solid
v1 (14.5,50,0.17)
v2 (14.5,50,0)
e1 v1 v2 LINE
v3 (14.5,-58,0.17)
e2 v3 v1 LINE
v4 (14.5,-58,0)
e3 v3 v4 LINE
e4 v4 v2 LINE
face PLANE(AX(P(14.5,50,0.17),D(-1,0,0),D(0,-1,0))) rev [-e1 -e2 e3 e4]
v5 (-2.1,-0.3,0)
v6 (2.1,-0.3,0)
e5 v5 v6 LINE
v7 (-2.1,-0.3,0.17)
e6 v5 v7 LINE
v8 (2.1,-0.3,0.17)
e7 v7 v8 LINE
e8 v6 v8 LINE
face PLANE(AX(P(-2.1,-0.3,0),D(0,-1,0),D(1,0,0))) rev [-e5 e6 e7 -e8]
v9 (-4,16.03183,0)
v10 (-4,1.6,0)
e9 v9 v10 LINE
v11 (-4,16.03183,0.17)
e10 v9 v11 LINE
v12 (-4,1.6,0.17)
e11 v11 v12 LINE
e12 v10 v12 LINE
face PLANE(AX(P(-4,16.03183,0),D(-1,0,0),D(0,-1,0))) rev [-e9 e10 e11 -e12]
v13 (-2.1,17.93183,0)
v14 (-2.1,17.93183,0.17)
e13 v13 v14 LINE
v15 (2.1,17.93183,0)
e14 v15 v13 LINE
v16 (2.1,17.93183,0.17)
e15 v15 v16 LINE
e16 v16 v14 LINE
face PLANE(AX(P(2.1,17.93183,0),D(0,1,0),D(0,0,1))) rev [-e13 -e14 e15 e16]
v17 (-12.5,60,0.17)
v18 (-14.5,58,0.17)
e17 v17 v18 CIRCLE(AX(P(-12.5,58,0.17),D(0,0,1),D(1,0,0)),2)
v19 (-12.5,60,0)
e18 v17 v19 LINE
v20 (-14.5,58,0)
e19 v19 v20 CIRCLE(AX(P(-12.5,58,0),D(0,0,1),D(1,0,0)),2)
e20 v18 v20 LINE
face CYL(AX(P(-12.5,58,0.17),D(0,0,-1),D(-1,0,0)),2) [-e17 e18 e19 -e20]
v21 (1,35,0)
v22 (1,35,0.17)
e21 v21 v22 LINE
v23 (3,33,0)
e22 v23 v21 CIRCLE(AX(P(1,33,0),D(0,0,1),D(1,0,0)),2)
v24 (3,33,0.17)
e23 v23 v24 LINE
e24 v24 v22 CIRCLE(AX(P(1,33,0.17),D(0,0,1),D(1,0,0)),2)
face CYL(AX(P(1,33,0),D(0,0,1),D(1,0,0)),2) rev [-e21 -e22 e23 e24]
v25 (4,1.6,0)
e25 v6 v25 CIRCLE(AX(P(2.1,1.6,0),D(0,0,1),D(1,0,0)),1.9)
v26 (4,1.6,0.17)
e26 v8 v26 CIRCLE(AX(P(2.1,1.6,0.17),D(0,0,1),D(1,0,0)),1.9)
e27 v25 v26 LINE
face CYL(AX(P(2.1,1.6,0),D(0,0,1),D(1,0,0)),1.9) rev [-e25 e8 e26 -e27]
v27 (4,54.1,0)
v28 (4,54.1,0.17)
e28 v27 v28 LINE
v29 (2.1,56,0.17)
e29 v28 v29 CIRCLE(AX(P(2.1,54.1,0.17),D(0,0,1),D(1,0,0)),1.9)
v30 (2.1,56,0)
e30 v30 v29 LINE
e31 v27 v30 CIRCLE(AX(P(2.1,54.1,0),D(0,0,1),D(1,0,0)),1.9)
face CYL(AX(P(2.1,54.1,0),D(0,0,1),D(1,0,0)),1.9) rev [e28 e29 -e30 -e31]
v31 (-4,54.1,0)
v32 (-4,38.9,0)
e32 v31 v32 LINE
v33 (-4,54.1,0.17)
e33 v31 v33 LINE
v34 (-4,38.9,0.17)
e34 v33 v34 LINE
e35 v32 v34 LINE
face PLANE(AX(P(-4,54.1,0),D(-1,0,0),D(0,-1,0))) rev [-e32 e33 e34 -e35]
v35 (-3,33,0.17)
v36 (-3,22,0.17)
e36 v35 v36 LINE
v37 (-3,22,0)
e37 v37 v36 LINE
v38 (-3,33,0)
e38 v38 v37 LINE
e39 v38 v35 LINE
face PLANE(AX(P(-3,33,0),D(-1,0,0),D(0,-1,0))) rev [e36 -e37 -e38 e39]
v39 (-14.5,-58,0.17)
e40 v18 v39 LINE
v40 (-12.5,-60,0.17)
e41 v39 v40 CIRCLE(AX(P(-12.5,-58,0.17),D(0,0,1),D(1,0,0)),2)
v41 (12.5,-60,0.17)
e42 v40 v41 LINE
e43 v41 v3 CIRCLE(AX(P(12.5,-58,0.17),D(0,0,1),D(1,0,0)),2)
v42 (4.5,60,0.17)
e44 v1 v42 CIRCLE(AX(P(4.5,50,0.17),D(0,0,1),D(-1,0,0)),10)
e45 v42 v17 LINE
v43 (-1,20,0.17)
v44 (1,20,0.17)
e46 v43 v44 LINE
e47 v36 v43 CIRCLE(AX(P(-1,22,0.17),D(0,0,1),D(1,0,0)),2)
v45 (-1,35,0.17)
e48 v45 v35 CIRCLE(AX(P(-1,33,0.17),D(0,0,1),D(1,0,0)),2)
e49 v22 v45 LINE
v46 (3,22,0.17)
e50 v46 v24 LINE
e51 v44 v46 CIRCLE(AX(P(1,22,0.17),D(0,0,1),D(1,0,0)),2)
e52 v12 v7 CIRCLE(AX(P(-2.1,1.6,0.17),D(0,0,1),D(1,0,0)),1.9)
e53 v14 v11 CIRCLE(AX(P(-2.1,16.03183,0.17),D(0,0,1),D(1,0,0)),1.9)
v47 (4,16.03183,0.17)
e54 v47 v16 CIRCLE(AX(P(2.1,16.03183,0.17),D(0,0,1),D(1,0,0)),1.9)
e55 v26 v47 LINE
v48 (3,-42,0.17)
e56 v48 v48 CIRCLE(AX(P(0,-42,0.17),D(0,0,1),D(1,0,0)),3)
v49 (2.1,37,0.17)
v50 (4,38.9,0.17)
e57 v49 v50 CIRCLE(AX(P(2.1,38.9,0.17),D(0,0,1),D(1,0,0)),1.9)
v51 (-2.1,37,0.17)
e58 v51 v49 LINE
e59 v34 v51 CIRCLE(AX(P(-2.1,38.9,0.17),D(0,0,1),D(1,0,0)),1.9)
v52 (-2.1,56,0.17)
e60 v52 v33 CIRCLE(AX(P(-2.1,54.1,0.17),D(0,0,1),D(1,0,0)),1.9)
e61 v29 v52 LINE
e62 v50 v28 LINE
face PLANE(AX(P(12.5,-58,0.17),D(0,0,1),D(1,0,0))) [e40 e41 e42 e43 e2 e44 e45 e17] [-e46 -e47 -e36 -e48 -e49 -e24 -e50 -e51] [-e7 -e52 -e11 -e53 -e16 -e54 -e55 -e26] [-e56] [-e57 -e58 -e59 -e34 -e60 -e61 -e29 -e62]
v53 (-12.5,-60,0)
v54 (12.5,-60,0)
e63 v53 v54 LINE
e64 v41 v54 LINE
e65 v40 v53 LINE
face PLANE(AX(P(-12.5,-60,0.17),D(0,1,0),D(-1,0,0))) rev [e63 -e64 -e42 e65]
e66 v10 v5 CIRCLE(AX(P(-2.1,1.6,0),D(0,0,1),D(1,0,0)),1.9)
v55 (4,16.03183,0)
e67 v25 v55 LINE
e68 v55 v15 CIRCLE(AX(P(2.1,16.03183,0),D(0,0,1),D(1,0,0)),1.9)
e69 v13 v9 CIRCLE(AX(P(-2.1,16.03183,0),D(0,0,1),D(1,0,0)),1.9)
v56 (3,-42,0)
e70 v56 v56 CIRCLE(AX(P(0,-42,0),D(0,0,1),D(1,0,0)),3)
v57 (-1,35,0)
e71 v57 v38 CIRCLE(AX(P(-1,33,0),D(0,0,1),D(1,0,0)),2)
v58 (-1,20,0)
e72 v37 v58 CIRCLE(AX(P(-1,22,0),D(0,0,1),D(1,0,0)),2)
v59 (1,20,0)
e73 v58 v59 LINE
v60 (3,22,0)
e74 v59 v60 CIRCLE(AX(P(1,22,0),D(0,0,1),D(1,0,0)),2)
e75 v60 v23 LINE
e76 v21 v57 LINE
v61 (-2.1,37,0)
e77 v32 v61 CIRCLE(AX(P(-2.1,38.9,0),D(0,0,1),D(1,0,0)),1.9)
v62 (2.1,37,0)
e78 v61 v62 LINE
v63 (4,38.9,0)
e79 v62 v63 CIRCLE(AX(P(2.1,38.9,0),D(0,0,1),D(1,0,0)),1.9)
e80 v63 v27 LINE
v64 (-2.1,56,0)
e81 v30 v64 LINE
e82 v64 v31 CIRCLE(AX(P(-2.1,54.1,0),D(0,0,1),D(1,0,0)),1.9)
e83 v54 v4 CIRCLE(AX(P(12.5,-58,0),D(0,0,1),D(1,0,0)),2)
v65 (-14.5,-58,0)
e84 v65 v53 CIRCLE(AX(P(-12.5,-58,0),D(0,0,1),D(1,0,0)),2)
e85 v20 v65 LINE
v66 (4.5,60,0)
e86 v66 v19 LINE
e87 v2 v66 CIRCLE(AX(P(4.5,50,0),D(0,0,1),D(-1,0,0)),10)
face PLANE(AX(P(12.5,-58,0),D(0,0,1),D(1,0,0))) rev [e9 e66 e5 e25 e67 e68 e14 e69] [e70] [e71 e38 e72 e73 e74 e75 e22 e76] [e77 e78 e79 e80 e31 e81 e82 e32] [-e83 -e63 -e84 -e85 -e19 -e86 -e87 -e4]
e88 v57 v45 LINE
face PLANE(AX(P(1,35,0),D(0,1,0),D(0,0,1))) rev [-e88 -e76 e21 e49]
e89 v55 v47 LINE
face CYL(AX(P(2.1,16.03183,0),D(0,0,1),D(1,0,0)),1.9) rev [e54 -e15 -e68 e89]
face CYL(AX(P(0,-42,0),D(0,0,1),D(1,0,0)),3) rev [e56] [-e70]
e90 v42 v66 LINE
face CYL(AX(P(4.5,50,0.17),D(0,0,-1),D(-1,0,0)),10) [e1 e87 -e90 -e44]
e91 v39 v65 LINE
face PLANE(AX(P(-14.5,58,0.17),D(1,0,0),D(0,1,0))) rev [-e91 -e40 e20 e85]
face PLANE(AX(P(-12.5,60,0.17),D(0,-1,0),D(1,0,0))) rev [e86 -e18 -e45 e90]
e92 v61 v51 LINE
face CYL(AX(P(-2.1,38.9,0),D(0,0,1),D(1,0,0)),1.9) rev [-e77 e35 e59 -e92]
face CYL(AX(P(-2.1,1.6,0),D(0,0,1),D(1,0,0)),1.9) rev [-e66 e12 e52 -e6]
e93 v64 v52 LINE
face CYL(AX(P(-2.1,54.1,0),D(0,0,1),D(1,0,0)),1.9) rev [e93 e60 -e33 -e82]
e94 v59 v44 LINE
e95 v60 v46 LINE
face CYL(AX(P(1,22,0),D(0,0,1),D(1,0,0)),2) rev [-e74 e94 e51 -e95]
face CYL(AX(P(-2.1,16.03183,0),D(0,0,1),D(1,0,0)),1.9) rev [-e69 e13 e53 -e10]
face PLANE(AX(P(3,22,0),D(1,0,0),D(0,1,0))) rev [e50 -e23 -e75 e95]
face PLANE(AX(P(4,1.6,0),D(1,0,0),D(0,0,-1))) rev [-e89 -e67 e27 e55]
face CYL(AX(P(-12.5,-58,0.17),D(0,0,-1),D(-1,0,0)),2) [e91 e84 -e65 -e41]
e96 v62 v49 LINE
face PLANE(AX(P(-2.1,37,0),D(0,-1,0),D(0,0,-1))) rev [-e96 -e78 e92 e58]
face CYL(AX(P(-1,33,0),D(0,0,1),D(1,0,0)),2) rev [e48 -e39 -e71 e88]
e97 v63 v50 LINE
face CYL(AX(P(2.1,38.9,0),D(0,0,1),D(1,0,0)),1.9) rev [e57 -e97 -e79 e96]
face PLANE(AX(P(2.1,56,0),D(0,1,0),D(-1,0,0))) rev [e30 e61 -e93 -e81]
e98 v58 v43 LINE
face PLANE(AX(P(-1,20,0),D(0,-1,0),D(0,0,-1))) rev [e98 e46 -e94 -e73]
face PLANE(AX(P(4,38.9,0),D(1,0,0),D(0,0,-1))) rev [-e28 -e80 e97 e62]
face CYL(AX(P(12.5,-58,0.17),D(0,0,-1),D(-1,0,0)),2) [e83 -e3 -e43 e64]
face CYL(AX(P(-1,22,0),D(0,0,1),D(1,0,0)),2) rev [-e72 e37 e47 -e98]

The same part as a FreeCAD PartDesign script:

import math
import FreeCAD as App
import Part
import Sketcher
Q = App.Units.Quantity

doc = App.newDocument("Part")
body = doc.addObject("PartDesign::Body", "Body")

# Sketch on XY plane
sketch1 = body.newObject("Sketcher::SketchObject", "Sketch")
sketch1.AttachmentSupport = (doc.getObject("XY_Plane"), [""])
sketch1.MapMode = "FlatFace"
sketch1.addGeometry(Part.LineSegment(App.Vector(4.5, 60, 0), App.Vector(-12.5, 60, 0)), False)
sketch1.addGeometry(Part.ArcOfCircle(Part.Circle(App.Vector(-12.5, 58, 0), App.Vector(0, 0, 1), 2), math.radians(90), math.radians(180)), False)
sketch1.addGeometry(Part.LineSegment(App.Vector(-14.5, 58, 0), App.Vector(-14.5, -58, 0)), False)
sketch1.addGeometry(Part.ArcOfCircle(Part.Circle(App.Vector(-12.5, -58, 0), App.Vector(0, 0, 1), 2), math.radians(-180), math.radians(-90)), False)
sketch1.addGeometry(Part.LineSegment(App.Vector(-12.5, -60, 0), App.Vector(12.5, -60, 0)), False)
sketch1.addGeometry(Part.ArcOfCircle(Part.Circle(App.Vector(12.5, -58, 0), App.Vector(0, 0, 1), 2), math.radians(-90), math.radians(0)), False)
sketch1.addGeometry(Part.LineSegment(App.Vector(14.5, -58, 0), App.Vector(14.5, 50, 0)), False)
sketch1.addGeometry(Part.ArcOfCircle(Part.Circle(App.Vector(4.5, 50, 0), App.Vector(0, 0, 1), 10), math.radians(0), math.radians(90)), False)
sketch1.addConstraint(Sketcher.Constraint("Tangent", 0, 2, 1, 1))
sketch1.addConstraint(Sketcher.Constraint("Tangent", 1, 2, 2, 1))
sketch1.addConstraint(Sketcher.Constraint("Tangent", 2, 2, 3, 1))
sketch1.addConstraint(Sketcher.Constraint("Tangent", 3, 2, 4, 1))
sketch1.addConstraint(Sketcher.Constraint("Tangent", 4, 2, 5, 1))
sketch1.addConstraint(Sketcher.Constraint("Tangent", 5, 2, 6, 1))
sketch1.addConstraint(Sketcher.Constraint("Tangent", 6, 2, 7, 1))
sketch1.addConstraint(Sketcher.Constraint("Tangent", 7, 2, 0, 1))
sketch1.addConstraint(Sketcher.Constraint("Horizontal", 0))
sketch1.addConstraint(Sketcher.Constraint("Vertical", 2))
sketch1.addConstraint(Sketcher.Constraint("Horizontal", 4))
sketch1.addConstraint(Sketcher.Constraint("Vertical", 6))
sketch1.addConstraint(Sketcher.Constraint("Equal", 1, 3))
sketch1.addConstraint(Sketcher.Constraint("Equal", 3, 5))
sketch1.addConstraint(Sketcher.Constraint("Symmetric", 1, 3, 5, 3, -1, 1))
sketch1.addConstraint(Sketcher.Constraint("Radius", 1, Q("2 mm")))
sketch1.addConstraint(Sketcher.Constraint("Radius", 7, Q("10 mm")))
sketch1.addConstraint(Sketcher.Constraint("DistanceX", 0, 2, 0, 1, Q("17 mm")))
sketch1.addConstraint(Sketcher.Constraint("DistanceY", 2, 2, 2, 1, Q("116 mm")))
pad1 = body.newObject("PartDesign::Pad", "Pad")
pad1.Profile = sketch1
pad1.Length = 0.17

- Task brief
In the listing above, find the line containing "e53 v14 v11" and the line containing "e62 v50 v28 LINE". Output them and every line between, exactly, and nothing else.

- Exercise answer
e53 v14 v11 CIRCLE(AX(P(-2.1,16.03183,0.17),D(0,0,1),D(1,0,0)),1.9)
v47 (4,16.03183,0.17)
e54 v47 v16 CIRCLE(AX(P(2.1,16.03183,0.17),D(0,0,1),D(1,0,0)),1.9)
e55 v26 v47 LINE
v48 (3,-42,0.17)
e56 v48 v48 CIRCLE(AX(P(0,-42,0.17),D(0,0,1),D(1,0,0)),3)
v49 (2.1,37,0.17)
v50 (4,38.9,0.17)
e57 v49 v50 CIRCLE(AX(P(2.1,38.9,0.17),D(0,0,1),D(1,0,0)),1.9)
v51 (-2.1,37,0.17)
e58 v51 v49 LINE
e59 v34 v51 CIRCLE(AX(P(-2.1,38.9,0.17),D(0,0,1),D(1,0,0)),1.9)
v52 (-2.1,56,0.17)
e60 v52 v33 CIRCLE(AX(P(-2.1,54.1,0.17),D(0,0,1),D(1,0,0)),1.9)
e61 v29 v52 LINE
e62 v50 v28 LINE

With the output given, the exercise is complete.